Stored items from a collection:

────────

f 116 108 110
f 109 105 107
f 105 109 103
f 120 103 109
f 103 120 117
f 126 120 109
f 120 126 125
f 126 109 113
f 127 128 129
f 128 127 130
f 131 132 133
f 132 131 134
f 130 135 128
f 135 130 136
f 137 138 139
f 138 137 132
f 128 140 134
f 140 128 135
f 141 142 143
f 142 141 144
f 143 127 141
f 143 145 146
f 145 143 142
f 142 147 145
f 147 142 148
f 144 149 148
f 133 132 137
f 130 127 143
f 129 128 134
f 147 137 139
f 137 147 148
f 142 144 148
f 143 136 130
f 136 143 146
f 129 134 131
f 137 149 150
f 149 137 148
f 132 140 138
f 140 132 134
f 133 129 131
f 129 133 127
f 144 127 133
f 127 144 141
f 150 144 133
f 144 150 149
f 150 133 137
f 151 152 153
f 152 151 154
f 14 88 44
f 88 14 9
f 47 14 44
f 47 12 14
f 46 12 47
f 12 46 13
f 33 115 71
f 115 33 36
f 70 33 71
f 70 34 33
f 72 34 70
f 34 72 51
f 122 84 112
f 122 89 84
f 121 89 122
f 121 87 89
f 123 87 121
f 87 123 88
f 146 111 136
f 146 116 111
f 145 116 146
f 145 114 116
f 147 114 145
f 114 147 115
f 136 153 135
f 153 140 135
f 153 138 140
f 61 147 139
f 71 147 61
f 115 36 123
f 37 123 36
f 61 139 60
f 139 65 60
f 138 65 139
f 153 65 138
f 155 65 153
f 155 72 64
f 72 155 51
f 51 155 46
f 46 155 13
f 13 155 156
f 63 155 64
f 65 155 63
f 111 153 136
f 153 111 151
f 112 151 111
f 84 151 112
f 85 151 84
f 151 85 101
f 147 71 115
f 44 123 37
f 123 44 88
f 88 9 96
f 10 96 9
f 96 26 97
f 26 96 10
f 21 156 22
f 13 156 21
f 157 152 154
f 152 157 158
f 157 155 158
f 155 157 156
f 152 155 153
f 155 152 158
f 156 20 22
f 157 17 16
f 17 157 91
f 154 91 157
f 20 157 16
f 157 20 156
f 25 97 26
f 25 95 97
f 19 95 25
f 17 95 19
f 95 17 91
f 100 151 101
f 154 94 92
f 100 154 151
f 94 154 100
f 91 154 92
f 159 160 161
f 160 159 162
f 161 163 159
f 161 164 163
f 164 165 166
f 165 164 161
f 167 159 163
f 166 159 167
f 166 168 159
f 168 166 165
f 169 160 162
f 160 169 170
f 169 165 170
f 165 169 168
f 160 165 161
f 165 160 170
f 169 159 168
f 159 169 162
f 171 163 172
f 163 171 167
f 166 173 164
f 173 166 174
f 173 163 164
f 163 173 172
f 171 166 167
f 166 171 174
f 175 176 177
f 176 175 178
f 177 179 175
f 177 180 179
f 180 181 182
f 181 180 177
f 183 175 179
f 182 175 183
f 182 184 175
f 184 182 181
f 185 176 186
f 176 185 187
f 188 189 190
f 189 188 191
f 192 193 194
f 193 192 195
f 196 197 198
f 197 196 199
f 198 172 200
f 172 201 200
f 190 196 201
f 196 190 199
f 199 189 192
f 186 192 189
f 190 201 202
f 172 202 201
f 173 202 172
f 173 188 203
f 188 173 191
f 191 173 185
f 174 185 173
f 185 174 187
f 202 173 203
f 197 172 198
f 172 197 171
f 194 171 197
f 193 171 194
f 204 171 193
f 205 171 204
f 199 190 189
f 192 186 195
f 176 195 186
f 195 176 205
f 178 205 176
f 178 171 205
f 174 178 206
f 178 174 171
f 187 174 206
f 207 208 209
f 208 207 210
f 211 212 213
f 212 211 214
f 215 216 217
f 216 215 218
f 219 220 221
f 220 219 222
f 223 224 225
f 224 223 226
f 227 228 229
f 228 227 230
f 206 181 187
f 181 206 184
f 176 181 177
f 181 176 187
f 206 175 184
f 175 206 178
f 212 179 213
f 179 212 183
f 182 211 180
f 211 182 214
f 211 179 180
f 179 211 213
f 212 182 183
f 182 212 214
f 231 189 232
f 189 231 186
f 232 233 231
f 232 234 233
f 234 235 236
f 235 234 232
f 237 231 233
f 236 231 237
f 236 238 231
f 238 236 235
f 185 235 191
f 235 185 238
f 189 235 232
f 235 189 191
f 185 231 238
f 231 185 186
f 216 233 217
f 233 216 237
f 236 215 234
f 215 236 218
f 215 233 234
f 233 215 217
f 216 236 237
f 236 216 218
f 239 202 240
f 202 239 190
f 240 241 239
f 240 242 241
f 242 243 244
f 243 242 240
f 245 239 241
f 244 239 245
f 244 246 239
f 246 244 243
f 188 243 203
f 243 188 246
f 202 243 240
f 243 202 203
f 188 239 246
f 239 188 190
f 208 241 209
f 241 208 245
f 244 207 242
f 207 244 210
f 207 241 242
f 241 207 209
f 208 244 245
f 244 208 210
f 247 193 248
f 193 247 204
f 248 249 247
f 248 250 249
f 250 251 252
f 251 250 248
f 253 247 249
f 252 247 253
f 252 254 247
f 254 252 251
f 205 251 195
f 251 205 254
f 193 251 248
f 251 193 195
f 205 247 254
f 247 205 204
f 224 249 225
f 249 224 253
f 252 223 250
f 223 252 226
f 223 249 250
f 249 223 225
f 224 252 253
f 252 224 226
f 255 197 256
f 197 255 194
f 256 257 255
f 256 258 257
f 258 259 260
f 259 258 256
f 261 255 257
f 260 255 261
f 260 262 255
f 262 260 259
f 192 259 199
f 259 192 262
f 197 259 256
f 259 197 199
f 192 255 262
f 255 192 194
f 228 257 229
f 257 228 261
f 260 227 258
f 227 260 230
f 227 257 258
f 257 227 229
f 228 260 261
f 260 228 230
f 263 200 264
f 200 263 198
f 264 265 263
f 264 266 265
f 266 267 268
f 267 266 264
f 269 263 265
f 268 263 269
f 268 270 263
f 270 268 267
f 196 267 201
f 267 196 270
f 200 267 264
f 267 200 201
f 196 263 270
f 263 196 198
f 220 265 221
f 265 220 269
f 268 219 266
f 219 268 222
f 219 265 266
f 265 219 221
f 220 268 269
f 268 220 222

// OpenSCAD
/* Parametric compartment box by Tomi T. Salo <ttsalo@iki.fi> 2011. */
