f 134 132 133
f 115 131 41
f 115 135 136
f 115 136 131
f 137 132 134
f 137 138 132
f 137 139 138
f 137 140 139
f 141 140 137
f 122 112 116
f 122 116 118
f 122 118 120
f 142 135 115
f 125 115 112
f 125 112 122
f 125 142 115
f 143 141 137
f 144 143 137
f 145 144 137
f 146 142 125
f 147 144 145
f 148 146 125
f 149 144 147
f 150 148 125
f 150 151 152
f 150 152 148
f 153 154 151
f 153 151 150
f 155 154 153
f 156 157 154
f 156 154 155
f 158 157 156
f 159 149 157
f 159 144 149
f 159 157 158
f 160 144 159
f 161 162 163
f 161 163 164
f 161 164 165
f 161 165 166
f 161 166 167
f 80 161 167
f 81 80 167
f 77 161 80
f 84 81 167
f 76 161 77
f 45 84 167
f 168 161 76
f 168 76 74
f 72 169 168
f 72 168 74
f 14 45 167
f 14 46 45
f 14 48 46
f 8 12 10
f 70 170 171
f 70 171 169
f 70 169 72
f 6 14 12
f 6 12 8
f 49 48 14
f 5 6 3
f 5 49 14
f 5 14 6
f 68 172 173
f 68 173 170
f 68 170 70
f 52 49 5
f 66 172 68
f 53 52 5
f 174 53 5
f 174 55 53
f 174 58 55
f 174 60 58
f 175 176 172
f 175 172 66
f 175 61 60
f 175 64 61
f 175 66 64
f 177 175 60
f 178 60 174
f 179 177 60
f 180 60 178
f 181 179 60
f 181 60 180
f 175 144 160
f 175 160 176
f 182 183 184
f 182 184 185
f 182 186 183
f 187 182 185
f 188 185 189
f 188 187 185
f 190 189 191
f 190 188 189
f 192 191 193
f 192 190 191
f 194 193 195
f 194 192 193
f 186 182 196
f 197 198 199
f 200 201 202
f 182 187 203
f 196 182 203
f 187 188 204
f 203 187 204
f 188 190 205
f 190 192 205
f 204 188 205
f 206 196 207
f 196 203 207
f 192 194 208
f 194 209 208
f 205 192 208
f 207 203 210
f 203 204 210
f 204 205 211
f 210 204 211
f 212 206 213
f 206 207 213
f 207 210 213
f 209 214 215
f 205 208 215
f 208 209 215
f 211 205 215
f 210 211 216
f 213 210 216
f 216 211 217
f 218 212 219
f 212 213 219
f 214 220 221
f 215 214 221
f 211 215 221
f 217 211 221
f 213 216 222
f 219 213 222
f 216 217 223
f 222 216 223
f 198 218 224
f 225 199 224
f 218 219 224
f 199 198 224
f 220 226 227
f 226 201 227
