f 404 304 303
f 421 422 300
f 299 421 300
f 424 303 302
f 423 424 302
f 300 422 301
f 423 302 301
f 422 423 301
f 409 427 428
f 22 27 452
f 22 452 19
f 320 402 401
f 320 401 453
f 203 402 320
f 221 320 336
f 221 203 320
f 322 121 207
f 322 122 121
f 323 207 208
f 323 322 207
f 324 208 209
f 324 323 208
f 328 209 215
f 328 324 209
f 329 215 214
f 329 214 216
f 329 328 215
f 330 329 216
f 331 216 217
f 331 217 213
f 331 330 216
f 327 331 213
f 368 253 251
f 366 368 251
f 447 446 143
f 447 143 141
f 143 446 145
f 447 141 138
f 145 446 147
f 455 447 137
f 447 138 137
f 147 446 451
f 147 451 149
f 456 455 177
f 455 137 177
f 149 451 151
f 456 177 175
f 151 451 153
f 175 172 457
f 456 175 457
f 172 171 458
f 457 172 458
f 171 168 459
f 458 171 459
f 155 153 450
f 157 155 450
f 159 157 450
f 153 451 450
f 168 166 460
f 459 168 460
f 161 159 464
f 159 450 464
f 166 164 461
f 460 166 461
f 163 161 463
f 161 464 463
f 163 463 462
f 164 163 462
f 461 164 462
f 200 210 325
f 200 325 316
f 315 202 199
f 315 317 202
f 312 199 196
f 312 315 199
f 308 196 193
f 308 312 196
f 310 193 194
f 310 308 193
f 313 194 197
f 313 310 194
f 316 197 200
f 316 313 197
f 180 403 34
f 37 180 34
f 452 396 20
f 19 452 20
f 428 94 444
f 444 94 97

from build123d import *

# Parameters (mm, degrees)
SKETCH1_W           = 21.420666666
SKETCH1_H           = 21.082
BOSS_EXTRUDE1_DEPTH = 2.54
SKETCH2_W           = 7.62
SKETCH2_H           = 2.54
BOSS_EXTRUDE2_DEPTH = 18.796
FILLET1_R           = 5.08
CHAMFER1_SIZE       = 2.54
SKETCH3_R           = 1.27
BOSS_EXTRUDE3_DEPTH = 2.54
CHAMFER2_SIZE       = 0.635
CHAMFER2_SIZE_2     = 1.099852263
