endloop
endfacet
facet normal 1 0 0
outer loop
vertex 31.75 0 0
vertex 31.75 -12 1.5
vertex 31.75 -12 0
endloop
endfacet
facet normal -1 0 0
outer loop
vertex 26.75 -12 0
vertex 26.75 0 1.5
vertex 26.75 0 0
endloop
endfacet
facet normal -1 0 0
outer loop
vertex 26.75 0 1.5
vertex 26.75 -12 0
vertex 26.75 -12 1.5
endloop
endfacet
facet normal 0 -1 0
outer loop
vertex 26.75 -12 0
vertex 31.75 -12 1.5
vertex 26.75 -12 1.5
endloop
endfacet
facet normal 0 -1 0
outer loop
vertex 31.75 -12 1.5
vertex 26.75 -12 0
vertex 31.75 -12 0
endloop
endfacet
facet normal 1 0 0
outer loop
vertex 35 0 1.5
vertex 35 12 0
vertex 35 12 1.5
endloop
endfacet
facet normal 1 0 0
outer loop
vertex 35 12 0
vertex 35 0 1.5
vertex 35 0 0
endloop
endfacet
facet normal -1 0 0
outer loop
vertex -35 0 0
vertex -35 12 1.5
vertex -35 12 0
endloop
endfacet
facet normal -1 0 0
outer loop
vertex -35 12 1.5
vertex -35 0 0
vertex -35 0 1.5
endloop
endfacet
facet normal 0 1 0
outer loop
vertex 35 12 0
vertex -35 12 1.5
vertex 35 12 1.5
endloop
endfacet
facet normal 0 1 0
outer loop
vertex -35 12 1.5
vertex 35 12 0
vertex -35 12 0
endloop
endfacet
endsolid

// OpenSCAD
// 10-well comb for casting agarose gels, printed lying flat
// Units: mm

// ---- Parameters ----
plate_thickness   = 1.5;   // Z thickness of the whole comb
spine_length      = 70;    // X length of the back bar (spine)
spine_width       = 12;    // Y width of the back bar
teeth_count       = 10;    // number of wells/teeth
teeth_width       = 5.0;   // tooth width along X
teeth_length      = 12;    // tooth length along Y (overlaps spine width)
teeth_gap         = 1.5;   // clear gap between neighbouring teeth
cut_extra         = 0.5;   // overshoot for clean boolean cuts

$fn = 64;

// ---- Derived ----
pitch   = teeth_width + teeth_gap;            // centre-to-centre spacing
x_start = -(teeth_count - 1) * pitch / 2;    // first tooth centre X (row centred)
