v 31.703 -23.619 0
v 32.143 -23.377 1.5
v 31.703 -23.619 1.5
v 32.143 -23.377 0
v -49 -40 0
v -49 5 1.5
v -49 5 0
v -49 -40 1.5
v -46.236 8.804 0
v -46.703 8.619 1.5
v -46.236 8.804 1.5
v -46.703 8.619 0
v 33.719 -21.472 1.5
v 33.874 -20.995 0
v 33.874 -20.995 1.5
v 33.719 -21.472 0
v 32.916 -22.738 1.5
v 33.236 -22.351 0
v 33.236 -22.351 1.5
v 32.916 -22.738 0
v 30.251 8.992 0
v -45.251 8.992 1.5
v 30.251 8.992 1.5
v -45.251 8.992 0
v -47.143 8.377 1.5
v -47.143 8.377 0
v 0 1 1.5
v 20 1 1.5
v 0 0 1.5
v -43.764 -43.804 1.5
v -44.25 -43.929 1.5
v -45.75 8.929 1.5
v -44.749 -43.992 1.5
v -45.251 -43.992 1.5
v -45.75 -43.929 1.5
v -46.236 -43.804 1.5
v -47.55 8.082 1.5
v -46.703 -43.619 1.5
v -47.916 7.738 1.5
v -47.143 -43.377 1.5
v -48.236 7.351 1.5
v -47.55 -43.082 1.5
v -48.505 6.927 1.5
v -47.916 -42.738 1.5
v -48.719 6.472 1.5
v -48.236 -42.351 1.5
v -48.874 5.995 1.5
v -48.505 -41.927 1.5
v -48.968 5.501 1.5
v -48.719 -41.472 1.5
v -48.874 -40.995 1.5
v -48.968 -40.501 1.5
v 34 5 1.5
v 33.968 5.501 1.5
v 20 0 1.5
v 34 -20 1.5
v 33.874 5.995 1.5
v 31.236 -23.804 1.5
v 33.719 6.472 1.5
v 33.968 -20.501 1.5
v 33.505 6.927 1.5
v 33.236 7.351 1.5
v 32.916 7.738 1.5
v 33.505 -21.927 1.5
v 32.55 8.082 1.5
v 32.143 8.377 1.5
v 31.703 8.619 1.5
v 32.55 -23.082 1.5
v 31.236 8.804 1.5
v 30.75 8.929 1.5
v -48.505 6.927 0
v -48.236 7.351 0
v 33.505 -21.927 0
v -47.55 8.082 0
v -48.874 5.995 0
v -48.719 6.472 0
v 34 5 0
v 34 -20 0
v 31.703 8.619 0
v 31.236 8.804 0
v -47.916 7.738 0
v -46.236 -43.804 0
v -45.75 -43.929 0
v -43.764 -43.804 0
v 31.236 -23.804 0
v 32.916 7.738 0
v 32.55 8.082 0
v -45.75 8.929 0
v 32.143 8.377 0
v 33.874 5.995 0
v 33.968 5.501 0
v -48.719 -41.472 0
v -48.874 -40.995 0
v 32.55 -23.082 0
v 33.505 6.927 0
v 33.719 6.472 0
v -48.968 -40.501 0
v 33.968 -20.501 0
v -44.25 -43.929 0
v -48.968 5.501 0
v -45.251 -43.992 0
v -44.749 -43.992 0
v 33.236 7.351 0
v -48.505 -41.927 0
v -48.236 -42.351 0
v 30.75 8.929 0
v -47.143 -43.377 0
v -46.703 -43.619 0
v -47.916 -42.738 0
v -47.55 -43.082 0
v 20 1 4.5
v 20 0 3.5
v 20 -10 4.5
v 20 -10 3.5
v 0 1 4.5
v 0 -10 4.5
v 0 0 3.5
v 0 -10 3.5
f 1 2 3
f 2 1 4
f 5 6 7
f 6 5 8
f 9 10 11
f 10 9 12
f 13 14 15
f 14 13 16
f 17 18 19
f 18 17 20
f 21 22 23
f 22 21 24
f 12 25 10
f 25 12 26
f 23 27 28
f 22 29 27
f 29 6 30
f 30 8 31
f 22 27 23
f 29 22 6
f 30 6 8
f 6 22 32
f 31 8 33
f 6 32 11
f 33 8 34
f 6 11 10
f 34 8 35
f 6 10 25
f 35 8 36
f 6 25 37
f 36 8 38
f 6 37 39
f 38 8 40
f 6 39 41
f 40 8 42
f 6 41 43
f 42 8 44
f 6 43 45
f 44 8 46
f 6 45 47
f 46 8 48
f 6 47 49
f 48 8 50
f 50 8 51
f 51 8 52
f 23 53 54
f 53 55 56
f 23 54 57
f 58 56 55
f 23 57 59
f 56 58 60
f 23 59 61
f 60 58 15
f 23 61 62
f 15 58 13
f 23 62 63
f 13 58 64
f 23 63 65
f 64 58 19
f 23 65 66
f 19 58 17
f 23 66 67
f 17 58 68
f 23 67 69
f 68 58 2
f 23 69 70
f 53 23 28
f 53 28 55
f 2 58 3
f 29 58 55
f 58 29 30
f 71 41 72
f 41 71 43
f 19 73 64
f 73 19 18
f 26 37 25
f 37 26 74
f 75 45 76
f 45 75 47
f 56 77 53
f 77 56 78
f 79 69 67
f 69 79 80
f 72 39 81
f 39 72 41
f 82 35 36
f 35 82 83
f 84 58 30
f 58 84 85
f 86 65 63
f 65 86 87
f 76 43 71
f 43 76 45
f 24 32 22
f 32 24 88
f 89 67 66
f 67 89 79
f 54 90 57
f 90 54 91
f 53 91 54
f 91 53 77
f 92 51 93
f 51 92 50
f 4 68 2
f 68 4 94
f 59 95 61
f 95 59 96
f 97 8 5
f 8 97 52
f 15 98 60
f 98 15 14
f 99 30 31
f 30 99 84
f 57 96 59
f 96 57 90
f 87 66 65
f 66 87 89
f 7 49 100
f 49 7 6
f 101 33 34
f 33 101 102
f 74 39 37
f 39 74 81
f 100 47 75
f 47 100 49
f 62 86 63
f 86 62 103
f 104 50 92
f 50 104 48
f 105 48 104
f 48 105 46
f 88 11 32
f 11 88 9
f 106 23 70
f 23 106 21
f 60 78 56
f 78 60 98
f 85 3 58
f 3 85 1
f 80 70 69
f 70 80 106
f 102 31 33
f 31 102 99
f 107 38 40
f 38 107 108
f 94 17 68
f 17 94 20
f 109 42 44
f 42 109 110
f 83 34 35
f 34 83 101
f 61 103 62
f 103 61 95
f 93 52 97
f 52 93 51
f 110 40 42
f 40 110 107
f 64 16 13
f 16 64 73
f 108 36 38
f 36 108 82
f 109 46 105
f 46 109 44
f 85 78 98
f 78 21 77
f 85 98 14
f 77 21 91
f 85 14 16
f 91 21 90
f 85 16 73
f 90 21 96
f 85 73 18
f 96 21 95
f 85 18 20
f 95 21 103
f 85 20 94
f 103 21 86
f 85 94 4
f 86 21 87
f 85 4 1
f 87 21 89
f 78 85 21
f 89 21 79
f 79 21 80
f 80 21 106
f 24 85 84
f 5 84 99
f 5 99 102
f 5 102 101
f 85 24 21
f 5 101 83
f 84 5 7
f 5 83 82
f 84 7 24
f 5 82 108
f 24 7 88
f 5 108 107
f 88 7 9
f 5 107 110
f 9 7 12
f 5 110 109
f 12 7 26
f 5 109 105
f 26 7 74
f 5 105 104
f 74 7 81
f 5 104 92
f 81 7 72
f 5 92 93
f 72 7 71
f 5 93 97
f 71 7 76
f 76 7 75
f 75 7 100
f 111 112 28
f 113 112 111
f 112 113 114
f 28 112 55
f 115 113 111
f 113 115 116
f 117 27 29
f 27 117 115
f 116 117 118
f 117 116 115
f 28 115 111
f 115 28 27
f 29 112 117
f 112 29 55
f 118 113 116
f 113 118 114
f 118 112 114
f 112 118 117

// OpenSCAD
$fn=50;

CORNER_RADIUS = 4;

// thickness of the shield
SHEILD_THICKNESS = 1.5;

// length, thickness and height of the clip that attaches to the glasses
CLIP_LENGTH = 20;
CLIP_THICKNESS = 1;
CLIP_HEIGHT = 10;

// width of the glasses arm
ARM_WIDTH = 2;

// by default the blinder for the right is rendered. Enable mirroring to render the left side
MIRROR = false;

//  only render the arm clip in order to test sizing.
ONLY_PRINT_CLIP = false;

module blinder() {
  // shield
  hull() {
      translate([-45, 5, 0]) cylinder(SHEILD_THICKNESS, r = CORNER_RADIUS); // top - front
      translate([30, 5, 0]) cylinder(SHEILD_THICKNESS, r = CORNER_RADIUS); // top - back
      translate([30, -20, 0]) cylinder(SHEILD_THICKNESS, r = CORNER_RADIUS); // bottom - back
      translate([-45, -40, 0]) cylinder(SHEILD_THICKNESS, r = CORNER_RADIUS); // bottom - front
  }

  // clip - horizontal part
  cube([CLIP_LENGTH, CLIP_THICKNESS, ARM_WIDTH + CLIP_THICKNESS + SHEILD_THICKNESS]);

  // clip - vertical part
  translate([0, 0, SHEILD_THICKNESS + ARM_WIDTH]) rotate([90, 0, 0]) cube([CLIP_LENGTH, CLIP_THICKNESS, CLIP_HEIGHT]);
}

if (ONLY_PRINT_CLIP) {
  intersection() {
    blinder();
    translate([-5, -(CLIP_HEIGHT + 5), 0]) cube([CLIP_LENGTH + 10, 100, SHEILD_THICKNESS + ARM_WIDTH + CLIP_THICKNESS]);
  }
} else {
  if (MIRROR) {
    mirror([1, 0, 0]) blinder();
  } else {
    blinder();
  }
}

────────

Copy the lines of the data above exactly as written, beginning with the line containing "f 129 133 127" and ending with the line containing "f 155 152 158", and leave out all other lines.

* WRITTEN RESPONSE
f 129 133 127
f 144 127 133
f 127 144 141
f 150 144 133
f 144 150 149
f 150 133 137
f 151 152 153
f 152 151 154
f 14 88 44
f 88 14 9
f 47 14 44
f 47 12 14
f 46 12 47
f 12 46 13
f 33 115 71
f 115 33 36
f 70 33 71
f 70 34 33
f 72 34 70
f 34 72 51
f 122 84 112
f 122 89 84
f 121 89 122
f 121 87 89
f 123 87 121
f 87 123 88
f 146 111 136
f 146 116 111
f 145 116 146
f 145 114 116
f 147 114 145
f 114 147 115
f 136 153 135
f 153 140 135
f 153 138 140
f 61 147 139
f 71 147 61
f 115 36 123
f 37 123 36
f 61 139 60
f 139 65 60
f 138 65 139
f 153 65 138
f 155 65 153
f 155 72 64
f 72 155 51
f 51 155 46
f 46 155 13
f 13 155 156
f 63 155 64
f 65 155 63
f 111 153 136
f 153 111 151
f 112 151 111
f 84 151 112
f 85 151 84
f 151 85 101
f 147 71 115
f 44 123 37
f 123 44 88
f 88 9 96
f 10 96 9
f 96 26 97
f 26 96 10
f 21 156 22
f 13 156 21
f 157 152 154
f 152 157 158
f 157 155 158
f 155 157 156
f 152 155 153
f 155 152 158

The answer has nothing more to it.